Мы, комсомольцы, тоже все свое время проводили в работе. Встав поутру, шли в свой клуб, держались вместе, без конца говорили о том, что и как надо делать, решали и делали.
Вскоре у нас появился новый паренек — Павлуша Михновский, который как-то сразу вошел в нашу работу, в наше уездное бюро. Перед этим мы с Азаровым на подводе съездили за шестьдесят километров в Воронеж, побывали в губкоме, там нашу организацию официально утвердили, и вскоре мы получили комсомольские билеты. С нами разговаривал тогдашний руководитель воронежских комсомольцев Коган, небольшого роста черноволосый парень с умнейшими глазами; он очень толково объяснял, что нам надо делать и как собирать вокруг себя молодежь.
Вернувшись в Нижнедевицк, я весь отдался газете, писал для нее все, что требовалось, включая даже стихи.
Из событий того времени мне как-то особенно запомнилась смерть одной нашей девушки. В наш клуб стала приходить младшая сестра Раисы Ишковой, девушка лет шестнадцати, светловолосая, с толстой длинной косой, прелестным и нежным лицом. Имени ее я теперь, почти через полвека, не могу припомнить. Она больше слушала, смотрела, как бы знакомилась с новым миром, ей открывавшимся. Мы не были в нее влюблены, а просто она нам нравилась. Приходила скромная, молчаливая девушка, почти подросток, чистенькая, умытая, ухоженная, как бывает в хороших семьях, где мать отдает всю себя детям.
Несколько дней она не приходила. Мы не успели хватиться, обеспокоиться. И вдруг нам сказали: «Ишкова умерла».

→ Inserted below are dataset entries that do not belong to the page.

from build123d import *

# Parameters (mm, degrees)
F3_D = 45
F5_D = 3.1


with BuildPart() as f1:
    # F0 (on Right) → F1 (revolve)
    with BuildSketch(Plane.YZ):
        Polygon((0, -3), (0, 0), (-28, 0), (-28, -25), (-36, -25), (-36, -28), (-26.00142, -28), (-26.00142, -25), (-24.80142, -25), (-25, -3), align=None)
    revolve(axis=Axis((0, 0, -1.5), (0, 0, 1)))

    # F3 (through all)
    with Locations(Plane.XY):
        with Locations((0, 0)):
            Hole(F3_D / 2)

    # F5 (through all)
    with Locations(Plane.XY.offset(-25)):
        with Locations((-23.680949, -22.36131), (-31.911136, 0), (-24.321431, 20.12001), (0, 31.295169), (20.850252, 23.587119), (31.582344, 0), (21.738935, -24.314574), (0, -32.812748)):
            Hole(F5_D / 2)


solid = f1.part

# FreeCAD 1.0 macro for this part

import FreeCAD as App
import Part
import Sketcher
from FreeCAD import Vector
Q = App.Units.Quantity


def add_polygon(sketch, points):
    """Adds a closed chain of lines whose ends are joined by coincident constraints."""
    first, n = sketch.GeometryCount, len(points)
    for a, b in zip(points, points[1:] + points[:1]):
        sketch.addGeometry(Part.LineSegment(App.Vector(*a, 0), App.Vector(*b, 0)), False)
    for i in range(n):
        sketch.addConstraint(Sketcher.Constraint("Coincident", first + i, 2, first + (i + 1) % n, 1))

doc = App.newDocument("Part")
body = doc.addObject("PartDesign::Body", "Body")

sketch1 = doc.addObject("Sketcher::SketchObject", "Sketch")
body.addObject(sketch1)
sketch1.AttachmentSupport = (doc.YZ_Plane, [""])
sketch1.MapMode = "FlatFace"
add_polygon(sketch1, [(0, -3), (0, 0), (-28, 0), (-28, -25), (-36, -25), (-36, -28), (-26, -28), (-26, -25), (-24.8, -25), (-25, -3)])
sketch1.addConstraint(Sketcher.Constraint("Vertical", 0))
sketch1.addConstraint(Sketcher.Constraint("Horizontal", 1))
sketch1.addConstraint(Sketcher.Constraint("Vertical", 2))
sketch1.addConstraint(Sketcher.Constraint("Horizontal", 3))
sketch1.addConstraint(Sketcher.Constraint("Vertical", 4))
sketch1.addConstraint(Sketcher.Constraint("Horizontal", 5))
sketch1.addConstraint(Sketcher.Constraint("Vertical", 6))
sketch1.addConstraint(Sketcher.Constraint("Horizontal", 7))
sketch1.addConstraint(Sketcher.Constraint("Horizontal", 9))
sketch1.addConstraint(Sketcher.Constraint("Coincident", 0, 2, -1, 1))
sketch1.addConstraint(Sketcher.Constraint("Horizontal", 3, 2, 6, 2))
sketch1.addConstraint(Sketcher.Constraint("Equal", 9, 2))
sketch1.addConstraint(Sketcher.Constraint("Equal", 0, 4))
sketch1.addConstraint(Sketcher.Constraint("DistanceX", 1, 2, 1, 1, Q("28 mm")))
sketch1.addConstraint(Sketcher.Constraint("DistanceX", 3, 2, 3, 1, Q("8 mm")))
sketch1.addConstraint(Sketcher.Constraint("DistanceX", 9, 1, 9, 2, Q("25 mm")))
sketch1.addConstraint(Sketcher.Constraint("DistanceY", 0, 1, 0, 2, Q("3 mm")))
sketch1.addConstraint(Sketcher.Constraint("DistanceX", 7, 1, 7, 2, Q("1.2 mm")))
sketch1.addConstraint(Sketcher.Constraint("DistanceX", 5, 1, 5, 2, Q("9.99858 mm")))
revolution = doc.addObject("PartDesign::Revolution", "Revolution")
body.addObject(revolution)
revolution.Profile = sketch1
revolution.ReferenceAxis = (sketch1, ["V_Axis"])
revolution.Angle = 360

sketch2 = doc.addObject("Sketcher::SketchObject", "Sketch001")
body.addObject(sketch2)
sketch2.AttachmentSupport = (doc.XY_Plane, [""])
sketch2.MapMode = "FlatFace"
sketch2.addGeometry(Part.Circle(Vector(0, 0, 0), Vector(0, 0, 1), 22), False)
sketch2.addConstraint(Sketcher.Constraint("Coincident", 0, 3, -1, 1))
sketch2.addConstraint(Sketcher.Constraint("Diameter", 0, Q("45 mm")))
doc.recompute()
hole = doc.addObject("PartDesign::Hole", "Hole")
body.addObject(hole)
hole.Profile = sketch2
hole.ThreadType = "None"
hole.Diameter = 45
hole.DepthType = "ThroughAll"

sketch3 = doc.addObject("Sketcher::SketchObject", "Sketch002")
body.addObject(sketch3)
sketch3.AttachmentSupport = (doc.XY_Plane, [""])
sketch3.MapMode = "FlatFace"
sketch3.AttachmentOffset = App.Placement(Vector(0, 0, -25), App.Rotation())
sketch3.addGeometry(Part.Circle(Vector(-23.7, -22.4, 0), Vector(0, 0, 1), 1.6), False)
sketch3.addGeometry(Part.Circle(Vector(-31.9, 0, 0), Vector(0, 0, 1), 1.6), False)
sketch3.addGeometry(Part.Circle(Vector(-24.3, 20.1, 0), Vector(0, 0, 1), 1.6), False)
sketch3.addGeometry(Part.Circle(Vector(0, 31.3, 0), Vector(0, 0, 1), 1.6), False)
sketch3.addGeometry(Part.Circle(Vector(20.9, 23.6, 0), Vector(0, 0, 1), 1.6), False)
sketch3.addGeometry(Part.Circle(Vector(31.6, 0, 0), Vector(0, 0, 1), 1.6), False)
sketch3.addGeometry(Part.Circle(Vector(21.7, -24.3, 0), Vector(0, 0, 1), 1.6), False)
sketch3.addGeometry(Part.Circle(Vector(0, -32.8, 0), Vector(0, 0, 1), 1.6), False)
sketch3.addConstraint(Sketcher.Constraint("Equal", 0, 1))
sketch3.addConstraint(Sketcher.Constraint("Equal", 1, 2))
sketch3.addConstraint(Sketcher.Constraint("Equal", 2, 3))
sketch3.addConstraint(Sketcher.Constraint("Equal", 3, 4))
sketch3.addConstraint(Sketcher.Constraint("Equal", 4, 5))
sketch3.addConstraint(Sketcher.Constraint("Equal", 5, 6))
sketch3.addConstraint(Sketcher.Constraint("Equal", 6, 7))
sketch3.addConstraint(Sketcher.Constraint("PointOnObject", 1, 3, -1))
sketch3.addConstraint(Sketcher.Constraint("PointOnObject", 3, 3, -2))
sketch3.addConstraint(Sketcher.Constraint("PointOnObject", 5, 3, -1))
sketch3.addConstraint(Sketcher.Constraint("PointOnObject", 7, 3, -2))
sketch3.addConstraint(Sketcher.Constraint("Diameter", 0, Q("3.1 mm")))
sketch3.addConstraint(Sketcher.Constraint("DistanceX", 0, 3, 4, 3, Q("44.531201 mm")))
sketch3.addConstraint(Sketcher.Constraint("DistanceX", 0, 3, -1, 1, Q("23.680949 mm")))
sketch3.addConstraint(Sketcher.Constraint("DistanceY", 0, 3, -1, 1, Q("22.36131 mm")))
sketch3.addConstraint(Sketcher.Constraint("DistanceX", 2, 3, -1, 1, Q("24.321431 mm")))
sketch3.addConstraint(Sketcher.Constraint("DistanceY", -1, 1, 2, 3, Q("20.12001 mm")))
sketch3.addConstraint(Sketcher.Constraint("DistanceY", -1, 1, 3, 3, Q("31.295169 mm")))
sketch3.addConstraint(Sketcher.Constraint("DistanceY", -1, 1, 4, 3, Q("23.587119 mm")))
sketch3.addConstraint(Sketcher.Constraint("DistanceX", 4, 3, 5, 3, Q("10.732092 mm")))
sketch3.addConstraint(Sketcher.Constraint("DistanceX", 1, 3, 5, 3, Q("63.49348 mm")))
sketch3.addConstraint(Sketcher.Constraint("DistanceX", 6, 3, 5, 3, Q("9.843409 mm")))
sketch3.addConstraint(Sketcher.Constraint("DistanceY", 6, 3, -1, 1, Q("24.314574 mm")))
sketch3.addConstraint(Sketcher.Constraint("DistanceY", 7, 3, -1, 1, Q("32.812748 mm")))
doc.recompute()
hole2 = doc.addObject("PartDesign::Hole", "Hole001")
body.addObject(hole2)
hole2.Profile = sketch3
hole2.ThreadType = "None"
hole2.Diameter = 3.1
hole2.DepthType = "ThroughAll"

doc.recompute()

Она заболела дифтеритом. Болезнь быстро ее задушила.
Хоронила девушку вся наша небольшая организация, но пришло, конечно, много знакомых и родственников ее семьи. Я шел и думал о том, что мы не успели при жизни сказать ей все то доброе и хорошее, что чувствовали к ней. Надо торопиться высказать человеку, что он нам нравится, что мы его любим. А то ведь можно и опоздать.
Вечерами мы часто собирались у Насти Шабалиной. Она была учительницей, немного старше нас. Знакомый кучугуровский крестьянин сказал мне о ней: «А, знаю, воробьиные ножки!» Ножки в самом деле у нее были тоненькие. Приходили я и Азаров. Мы оба, насколько понимаю, были в нее влюблены. Приходил художник Комаров, писавший декорации для местного летнего театра, серьезный мужчина, по сравнению с которым мы оказывались мальчишками. Мы сидели в полутьме, при тусклой керосиновой лампочке, я читал на память стихи Блока, Брюсова. Незадолго до того мне досталась книжка Брюсова «Опыты», в которой он собрал свои стихи, написанные в непривычных размерах, с гипердактилическими рифмами, с внутренними рифмами и тому подобное. Среди них запомнилось мне стихотворение «Буря с берега», написанное пеоном третьим: «Итак, это сон, моя маленькая…», ионический диметр «Приходит — страстно мечта стонет», «Близ медлительного Нила» и другие. Я читал и перечитывал их на все лады.